When you reach the line containing "#218=AXIS2_PLACEMENT_3D('',#217,#18,#135);" in the entries below, start writing out each line exactly, and stop after the line containing "#224=CARTESIAN_POINT('',(-255.673902,-3.272155,-25.157522));".
Start of RECORDS FOR THE EXERCISE
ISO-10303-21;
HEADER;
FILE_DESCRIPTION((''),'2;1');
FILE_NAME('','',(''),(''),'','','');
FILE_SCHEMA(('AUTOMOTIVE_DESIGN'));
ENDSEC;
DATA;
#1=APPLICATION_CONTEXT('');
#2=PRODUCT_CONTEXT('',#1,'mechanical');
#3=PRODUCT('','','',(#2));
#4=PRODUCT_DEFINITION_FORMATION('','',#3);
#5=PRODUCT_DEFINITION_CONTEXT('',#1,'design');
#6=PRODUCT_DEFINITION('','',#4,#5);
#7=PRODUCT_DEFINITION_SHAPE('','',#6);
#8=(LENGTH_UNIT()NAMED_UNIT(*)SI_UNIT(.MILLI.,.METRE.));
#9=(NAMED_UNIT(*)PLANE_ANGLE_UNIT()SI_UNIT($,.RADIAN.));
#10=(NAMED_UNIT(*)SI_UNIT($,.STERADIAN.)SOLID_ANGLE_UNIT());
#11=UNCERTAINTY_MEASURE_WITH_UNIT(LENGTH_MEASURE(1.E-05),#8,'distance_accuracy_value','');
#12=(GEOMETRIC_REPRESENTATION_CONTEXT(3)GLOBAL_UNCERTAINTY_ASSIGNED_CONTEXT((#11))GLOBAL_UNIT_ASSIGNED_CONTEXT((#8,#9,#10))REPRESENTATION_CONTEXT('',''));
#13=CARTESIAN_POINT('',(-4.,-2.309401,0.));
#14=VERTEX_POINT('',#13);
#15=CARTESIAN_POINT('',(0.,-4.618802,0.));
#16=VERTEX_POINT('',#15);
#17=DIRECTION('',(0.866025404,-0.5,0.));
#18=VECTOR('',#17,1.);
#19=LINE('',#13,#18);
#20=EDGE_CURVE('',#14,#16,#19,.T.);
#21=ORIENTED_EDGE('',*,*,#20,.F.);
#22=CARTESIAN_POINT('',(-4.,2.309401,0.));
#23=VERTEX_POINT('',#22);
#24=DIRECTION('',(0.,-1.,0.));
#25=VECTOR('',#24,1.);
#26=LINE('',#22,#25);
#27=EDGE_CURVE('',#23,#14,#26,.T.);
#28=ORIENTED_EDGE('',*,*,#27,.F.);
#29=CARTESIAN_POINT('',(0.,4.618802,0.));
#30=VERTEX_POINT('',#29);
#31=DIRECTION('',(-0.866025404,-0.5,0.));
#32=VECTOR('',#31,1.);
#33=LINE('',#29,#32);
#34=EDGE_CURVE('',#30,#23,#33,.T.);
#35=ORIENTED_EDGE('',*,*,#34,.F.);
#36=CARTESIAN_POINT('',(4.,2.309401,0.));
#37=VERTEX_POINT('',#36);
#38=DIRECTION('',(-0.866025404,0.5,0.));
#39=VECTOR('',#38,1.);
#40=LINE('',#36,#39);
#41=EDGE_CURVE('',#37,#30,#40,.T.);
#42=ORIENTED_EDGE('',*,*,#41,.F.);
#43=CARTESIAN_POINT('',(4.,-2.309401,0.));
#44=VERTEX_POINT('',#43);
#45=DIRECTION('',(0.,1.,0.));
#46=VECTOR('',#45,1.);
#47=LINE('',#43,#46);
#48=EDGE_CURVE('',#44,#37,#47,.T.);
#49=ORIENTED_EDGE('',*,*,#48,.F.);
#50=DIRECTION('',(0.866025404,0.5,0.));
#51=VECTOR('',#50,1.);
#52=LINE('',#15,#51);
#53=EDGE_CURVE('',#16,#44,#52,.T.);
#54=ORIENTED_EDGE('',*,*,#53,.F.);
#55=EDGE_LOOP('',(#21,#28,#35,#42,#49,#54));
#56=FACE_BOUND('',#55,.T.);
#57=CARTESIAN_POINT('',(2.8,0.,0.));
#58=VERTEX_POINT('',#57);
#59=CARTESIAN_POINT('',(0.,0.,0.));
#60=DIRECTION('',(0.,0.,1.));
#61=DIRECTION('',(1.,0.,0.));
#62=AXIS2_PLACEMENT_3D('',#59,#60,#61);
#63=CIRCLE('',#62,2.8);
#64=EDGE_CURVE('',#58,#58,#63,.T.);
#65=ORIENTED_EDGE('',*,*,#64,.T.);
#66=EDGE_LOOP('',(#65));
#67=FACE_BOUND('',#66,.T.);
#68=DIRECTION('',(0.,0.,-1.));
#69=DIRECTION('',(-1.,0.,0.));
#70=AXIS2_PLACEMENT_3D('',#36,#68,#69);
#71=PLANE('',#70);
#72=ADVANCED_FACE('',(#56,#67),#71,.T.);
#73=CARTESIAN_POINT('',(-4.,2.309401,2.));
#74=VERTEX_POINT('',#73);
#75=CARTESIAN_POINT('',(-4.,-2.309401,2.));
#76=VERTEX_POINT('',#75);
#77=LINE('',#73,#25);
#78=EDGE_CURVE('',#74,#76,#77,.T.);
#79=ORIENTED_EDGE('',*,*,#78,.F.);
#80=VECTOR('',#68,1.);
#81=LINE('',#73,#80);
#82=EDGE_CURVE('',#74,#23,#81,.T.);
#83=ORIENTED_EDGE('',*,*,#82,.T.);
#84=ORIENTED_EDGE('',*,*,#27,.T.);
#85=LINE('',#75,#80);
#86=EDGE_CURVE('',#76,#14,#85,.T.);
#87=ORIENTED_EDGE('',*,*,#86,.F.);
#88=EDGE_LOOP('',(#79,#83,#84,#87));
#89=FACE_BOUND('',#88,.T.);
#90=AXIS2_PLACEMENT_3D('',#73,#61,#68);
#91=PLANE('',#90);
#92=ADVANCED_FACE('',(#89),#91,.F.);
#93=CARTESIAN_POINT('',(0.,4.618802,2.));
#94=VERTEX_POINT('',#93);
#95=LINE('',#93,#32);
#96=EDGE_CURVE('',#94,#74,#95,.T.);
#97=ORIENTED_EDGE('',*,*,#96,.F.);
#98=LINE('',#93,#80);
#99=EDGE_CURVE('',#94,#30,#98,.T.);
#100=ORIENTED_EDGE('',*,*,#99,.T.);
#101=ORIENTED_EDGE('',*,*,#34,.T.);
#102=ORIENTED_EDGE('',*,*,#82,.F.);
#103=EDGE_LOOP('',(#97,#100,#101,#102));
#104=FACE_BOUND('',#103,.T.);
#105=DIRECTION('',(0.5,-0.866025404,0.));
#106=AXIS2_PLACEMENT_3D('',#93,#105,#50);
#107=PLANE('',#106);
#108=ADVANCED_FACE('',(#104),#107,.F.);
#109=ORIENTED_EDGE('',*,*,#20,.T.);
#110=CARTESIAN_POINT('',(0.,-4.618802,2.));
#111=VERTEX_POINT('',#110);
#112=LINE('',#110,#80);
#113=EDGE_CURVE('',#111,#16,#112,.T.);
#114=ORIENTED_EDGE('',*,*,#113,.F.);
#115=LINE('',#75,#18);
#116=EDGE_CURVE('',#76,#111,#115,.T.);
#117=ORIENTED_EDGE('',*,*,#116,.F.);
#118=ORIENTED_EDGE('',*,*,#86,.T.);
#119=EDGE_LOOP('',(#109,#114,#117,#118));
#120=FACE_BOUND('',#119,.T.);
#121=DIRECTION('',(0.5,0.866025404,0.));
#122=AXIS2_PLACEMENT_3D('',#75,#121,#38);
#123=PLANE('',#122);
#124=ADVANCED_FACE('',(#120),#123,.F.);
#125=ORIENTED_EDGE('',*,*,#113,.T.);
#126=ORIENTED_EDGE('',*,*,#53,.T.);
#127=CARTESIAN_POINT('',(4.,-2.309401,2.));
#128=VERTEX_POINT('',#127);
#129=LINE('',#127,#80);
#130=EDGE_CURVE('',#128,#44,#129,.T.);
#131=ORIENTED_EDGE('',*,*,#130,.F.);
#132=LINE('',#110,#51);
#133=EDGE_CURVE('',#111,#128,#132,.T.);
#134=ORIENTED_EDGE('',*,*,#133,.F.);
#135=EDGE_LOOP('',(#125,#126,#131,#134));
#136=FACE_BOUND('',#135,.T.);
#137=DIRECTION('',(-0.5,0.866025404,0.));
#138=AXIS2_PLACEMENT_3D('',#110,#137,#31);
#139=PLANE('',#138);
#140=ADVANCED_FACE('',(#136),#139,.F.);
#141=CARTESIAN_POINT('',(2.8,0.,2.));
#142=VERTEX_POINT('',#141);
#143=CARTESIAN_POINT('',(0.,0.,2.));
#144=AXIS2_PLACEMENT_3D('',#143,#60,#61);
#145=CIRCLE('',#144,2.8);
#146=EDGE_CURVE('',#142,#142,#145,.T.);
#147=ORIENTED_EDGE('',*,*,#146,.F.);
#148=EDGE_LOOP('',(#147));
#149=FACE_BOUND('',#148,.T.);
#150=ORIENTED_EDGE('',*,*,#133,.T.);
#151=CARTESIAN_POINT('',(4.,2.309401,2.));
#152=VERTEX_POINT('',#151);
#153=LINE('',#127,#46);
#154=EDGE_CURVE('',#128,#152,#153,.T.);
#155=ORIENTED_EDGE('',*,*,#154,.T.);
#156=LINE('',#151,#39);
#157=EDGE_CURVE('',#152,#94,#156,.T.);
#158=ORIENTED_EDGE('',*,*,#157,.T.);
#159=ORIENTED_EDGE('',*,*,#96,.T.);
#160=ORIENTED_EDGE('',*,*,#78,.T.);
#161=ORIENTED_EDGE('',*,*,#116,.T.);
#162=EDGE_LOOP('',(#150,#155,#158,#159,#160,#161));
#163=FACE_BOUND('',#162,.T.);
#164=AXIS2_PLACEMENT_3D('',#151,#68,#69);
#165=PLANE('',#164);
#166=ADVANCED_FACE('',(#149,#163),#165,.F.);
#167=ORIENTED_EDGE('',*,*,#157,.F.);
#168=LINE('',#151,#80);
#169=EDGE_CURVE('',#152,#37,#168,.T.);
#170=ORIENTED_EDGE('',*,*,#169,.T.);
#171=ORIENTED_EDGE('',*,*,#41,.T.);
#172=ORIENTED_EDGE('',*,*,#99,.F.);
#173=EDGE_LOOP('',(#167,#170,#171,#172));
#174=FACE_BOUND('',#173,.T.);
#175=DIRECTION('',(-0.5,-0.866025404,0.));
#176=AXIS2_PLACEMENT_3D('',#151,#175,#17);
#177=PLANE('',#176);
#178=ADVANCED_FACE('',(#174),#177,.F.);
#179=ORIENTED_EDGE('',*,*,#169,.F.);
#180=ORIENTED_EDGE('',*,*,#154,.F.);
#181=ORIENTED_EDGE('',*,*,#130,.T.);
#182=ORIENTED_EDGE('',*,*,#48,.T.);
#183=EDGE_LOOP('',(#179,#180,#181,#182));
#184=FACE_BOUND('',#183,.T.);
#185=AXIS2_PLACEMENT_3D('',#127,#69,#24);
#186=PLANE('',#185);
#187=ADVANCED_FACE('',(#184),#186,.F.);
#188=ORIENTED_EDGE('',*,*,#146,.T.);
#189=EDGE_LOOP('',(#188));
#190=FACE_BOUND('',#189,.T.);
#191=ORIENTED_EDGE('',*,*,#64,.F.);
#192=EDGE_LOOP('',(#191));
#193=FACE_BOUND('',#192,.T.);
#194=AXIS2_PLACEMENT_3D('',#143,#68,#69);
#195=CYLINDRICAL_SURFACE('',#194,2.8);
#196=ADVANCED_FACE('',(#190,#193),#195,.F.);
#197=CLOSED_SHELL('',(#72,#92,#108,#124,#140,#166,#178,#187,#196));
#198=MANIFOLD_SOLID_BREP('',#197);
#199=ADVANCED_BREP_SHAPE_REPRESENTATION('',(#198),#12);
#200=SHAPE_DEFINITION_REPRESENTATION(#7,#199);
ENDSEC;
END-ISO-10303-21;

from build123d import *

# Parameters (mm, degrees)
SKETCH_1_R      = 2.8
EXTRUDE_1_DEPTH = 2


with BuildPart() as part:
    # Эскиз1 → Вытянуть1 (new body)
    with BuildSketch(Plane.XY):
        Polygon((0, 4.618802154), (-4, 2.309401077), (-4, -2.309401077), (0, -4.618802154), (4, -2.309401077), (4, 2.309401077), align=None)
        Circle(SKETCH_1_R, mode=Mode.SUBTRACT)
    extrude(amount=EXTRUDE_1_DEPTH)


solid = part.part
End of RECORDS FOR THE EXERCISE
Start of RECORDS FOR THE EXERCISE
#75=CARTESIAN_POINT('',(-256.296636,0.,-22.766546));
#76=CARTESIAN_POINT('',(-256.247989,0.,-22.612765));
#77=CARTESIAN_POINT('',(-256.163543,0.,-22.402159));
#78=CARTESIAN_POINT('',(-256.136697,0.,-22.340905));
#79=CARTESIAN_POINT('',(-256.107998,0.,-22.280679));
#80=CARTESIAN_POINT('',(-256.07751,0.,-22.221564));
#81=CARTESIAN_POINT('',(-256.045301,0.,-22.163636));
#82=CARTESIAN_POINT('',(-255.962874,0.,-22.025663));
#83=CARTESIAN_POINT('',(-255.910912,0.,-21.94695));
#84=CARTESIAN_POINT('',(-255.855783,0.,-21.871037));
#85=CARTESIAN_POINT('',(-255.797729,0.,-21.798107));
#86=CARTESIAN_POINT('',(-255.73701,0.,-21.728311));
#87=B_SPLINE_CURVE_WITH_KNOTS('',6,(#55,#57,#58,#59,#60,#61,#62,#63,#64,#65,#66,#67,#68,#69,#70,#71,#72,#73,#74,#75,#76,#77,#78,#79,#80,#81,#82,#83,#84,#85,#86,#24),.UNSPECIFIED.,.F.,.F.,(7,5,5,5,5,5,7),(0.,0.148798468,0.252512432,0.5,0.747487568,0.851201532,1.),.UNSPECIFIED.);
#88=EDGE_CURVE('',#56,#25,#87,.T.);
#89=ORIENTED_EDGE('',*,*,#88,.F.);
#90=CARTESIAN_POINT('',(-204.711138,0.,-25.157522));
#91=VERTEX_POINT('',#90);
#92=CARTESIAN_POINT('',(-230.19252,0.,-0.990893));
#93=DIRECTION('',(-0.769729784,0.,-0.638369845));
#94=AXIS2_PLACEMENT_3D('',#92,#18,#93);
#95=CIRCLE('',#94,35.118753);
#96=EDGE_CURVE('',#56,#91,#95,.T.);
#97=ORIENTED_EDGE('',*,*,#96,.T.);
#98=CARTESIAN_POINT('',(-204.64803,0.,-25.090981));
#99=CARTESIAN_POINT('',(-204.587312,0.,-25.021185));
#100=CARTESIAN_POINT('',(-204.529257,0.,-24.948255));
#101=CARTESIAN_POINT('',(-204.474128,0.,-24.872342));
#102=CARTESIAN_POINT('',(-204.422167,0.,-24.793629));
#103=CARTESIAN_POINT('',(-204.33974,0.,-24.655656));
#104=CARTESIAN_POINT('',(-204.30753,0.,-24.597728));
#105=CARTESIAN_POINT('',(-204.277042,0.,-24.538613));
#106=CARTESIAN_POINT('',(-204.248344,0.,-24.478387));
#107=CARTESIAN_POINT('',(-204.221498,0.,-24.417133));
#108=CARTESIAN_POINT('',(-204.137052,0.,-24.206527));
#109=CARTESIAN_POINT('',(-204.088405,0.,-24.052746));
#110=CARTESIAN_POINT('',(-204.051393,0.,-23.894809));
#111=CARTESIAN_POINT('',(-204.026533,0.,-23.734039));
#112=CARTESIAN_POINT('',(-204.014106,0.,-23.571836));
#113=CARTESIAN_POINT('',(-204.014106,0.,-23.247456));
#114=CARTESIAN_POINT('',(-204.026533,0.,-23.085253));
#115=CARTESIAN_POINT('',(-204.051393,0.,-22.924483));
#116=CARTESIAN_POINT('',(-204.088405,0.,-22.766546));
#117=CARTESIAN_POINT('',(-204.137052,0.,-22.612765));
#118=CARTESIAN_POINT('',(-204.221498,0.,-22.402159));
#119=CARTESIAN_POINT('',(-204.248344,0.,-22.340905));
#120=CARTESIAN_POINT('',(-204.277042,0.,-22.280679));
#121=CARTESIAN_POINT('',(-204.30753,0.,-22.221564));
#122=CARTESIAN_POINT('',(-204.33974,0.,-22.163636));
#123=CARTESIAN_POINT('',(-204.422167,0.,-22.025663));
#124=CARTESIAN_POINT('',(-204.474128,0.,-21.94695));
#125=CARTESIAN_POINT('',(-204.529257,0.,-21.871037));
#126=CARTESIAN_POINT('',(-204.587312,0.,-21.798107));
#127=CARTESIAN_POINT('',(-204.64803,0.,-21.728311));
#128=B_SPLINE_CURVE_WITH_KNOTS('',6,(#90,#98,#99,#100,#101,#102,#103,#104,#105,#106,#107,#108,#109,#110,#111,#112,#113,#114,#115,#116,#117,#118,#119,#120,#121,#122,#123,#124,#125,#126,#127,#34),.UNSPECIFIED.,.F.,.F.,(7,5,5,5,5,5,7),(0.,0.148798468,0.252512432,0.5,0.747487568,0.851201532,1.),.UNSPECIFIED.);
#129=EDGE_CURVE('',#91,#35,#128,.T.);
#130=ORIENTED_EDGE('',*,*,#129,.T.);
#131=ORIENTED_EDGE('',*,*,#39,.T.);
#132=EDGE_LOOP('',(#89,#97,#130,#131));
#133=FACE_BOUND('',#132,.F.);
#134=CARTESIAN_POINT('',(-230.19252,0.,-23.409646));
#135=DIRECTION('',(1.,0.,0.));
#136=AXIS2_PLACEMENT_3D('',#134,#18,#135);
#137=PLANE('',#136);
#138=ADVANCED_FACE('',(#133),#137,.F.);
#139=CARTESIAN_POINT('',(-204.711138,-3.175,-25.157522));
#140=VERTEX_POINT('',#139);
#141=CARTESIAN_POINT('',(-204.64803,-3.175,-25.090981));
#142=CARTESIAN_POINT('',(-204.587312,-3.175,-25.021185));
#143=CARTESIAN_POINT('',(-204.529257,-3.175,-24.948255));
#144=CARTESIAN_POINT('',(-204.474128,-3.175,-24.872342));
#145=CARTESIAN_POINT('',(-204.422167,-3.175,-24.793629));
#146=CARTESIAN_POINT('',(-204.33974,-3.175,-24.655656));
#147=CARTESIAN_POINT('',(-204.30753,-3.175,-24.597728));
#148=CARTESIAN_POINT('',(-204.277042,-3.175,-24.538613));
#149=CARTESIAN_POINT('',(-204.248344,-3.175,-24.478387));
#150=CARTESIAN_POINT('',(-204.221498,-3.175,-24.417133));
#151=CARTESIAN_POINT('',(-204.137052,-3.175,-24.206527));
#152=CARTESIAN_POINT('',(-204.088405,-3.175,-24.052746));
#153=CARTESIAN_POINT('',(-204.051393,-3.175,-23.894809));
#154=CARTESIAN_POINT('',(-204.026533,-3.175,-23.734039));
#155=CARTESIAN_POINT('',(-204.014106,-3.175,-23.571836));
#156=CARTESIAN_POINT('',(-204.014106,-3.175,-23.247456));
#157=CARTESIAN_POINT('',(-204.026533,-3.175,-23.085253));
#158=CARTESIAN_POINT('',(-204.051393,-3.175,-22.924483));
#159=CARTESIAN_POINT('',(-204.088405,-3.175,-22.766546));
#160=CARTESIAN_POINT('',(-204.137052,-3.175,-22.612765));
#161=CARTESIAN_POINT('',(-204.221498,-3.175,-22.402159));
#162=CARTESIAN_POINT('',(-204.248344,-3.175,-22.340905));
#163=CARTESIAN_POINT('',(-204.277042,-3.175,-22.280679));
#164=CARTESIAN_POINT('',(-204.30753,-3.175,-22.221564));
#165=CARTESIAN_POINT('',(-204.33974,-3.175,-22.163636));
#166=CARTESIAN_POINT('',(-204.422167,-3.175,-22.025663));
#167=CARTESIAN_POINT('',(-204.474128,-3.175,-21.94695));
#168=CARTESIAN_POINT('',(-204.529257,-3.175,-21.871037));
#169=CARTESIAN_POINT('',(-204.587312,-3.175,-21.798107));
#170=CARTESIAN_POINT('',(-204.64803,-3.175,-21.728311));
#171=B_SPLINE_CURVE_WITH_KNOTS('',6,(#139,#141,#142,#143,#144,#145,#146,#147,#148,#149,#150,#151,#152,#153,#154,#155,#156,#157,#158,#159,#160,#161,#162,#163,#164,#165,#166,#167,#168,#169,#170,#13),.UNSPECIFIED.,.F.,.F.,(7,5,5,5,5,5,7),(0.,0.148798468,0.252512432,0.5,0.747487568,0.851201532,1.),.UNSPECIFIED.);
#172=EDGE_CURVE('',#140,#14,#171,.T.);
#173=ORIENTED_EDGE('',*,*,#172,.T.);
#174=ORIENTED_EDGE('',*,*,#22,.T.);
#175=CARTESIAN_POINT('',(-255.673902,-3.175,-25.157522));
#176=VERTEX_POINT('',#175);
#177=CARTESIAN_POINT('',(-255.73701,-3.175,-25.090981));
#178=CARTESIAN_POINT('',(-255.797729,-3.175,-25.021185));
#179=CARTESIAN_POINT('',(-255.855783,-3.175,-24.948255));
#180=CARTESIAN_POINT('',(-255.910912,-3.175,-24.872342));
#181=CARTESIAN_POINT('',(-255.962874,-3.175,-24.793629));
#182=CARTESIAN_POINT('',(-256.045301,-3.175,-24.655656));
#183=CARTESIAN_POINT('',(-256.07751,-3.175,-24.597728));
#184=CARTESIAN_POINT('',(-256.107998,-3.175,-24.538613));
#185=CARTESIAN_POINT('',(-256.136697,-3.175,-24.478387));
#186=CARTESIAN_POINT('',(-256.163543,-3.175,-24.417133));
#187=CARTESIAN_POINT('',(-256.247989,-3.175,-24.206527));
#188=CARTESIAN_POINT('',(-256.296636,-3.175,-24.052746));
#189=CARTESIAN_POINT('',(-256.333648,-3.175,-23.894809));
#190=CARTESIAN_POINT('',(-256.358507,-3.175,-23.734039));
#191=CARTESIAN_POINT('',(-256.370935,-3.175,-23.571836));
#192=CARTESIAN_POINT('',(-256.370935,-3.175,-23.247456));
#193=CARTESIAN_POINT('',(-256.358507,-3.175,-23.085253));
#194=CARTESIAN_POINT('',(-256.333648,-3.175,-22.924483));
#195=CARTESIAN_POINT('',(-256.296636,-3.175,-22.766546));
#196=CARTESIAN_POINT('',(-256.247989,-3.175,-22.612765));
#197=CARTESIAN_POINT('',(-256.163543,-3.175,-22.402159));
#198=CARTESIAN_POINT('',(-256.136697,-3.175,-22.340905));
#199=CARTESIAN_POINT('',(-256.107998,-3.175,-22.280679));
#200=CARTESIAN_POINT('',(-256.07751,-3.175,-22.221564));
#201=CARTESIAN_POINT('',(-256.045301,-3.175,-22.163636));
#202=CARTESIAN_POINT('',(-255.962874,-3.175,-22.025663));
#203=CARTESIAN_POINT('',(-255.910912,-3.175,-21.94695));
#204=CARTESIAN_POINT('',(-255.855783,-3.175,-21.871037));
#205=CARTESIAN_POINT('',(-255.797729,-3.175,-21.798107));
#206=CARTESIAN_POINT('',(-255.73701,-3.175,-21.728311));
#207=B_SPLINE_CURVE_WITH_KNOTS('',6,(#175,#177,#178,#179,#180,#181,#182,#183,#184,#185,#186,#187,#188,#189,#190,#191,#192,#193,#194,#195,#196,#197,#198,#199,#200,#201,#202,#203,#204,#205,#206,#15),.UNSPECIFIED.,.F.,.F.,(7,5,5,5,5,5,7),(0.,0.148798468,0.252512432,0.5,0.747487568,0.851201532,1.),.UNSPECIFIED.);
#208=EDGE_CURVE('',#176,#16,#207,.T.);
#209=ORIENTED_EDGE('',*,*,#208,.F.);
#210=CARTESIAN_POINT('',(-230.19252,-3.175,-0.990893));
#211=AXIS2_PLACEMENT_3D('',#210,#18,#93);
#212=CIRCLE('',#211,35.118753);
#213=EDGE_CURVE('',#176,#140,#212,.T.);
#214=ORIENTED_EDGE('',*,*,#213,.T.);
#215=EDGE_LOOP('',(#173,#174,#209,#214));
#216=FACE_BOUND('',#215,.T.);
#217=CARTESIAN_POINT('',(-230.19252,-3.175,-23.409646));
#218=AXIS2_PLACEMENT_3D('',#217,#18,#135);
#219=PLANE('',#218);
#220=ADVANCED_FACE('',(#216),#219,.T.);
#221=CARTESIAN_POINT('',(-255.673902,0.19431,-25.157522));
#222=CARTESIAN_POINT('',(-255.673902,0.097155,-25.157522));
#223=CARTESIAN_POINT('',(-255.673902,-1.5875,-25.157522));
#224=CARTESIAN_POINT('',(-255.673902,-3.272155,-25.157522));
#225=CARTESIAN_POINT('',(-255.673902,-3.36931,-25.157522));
End of RECORDS FOR THE EXERCISE
§ **TASK RESULT**:
#218=AXIS2_PLACEMENT_3D('',#217,#18,#135);
#219=PLANE('',#218);
#220=ADVANCED_FACE('',(#216),#219,.T.);
#221=CARTESIAN_POINT('',(-255.673902,0.19431,-25.157522));
#222=CARTESIAN_POINT('',(-255.673902,0.097155,-25.157522));
#223=CARTESIAN_POINT('',(-255.673902,-1.5875,-25.157522));
#224=CARTESIAN_POINT('',(-255.673902,-3.272155,-25.157522));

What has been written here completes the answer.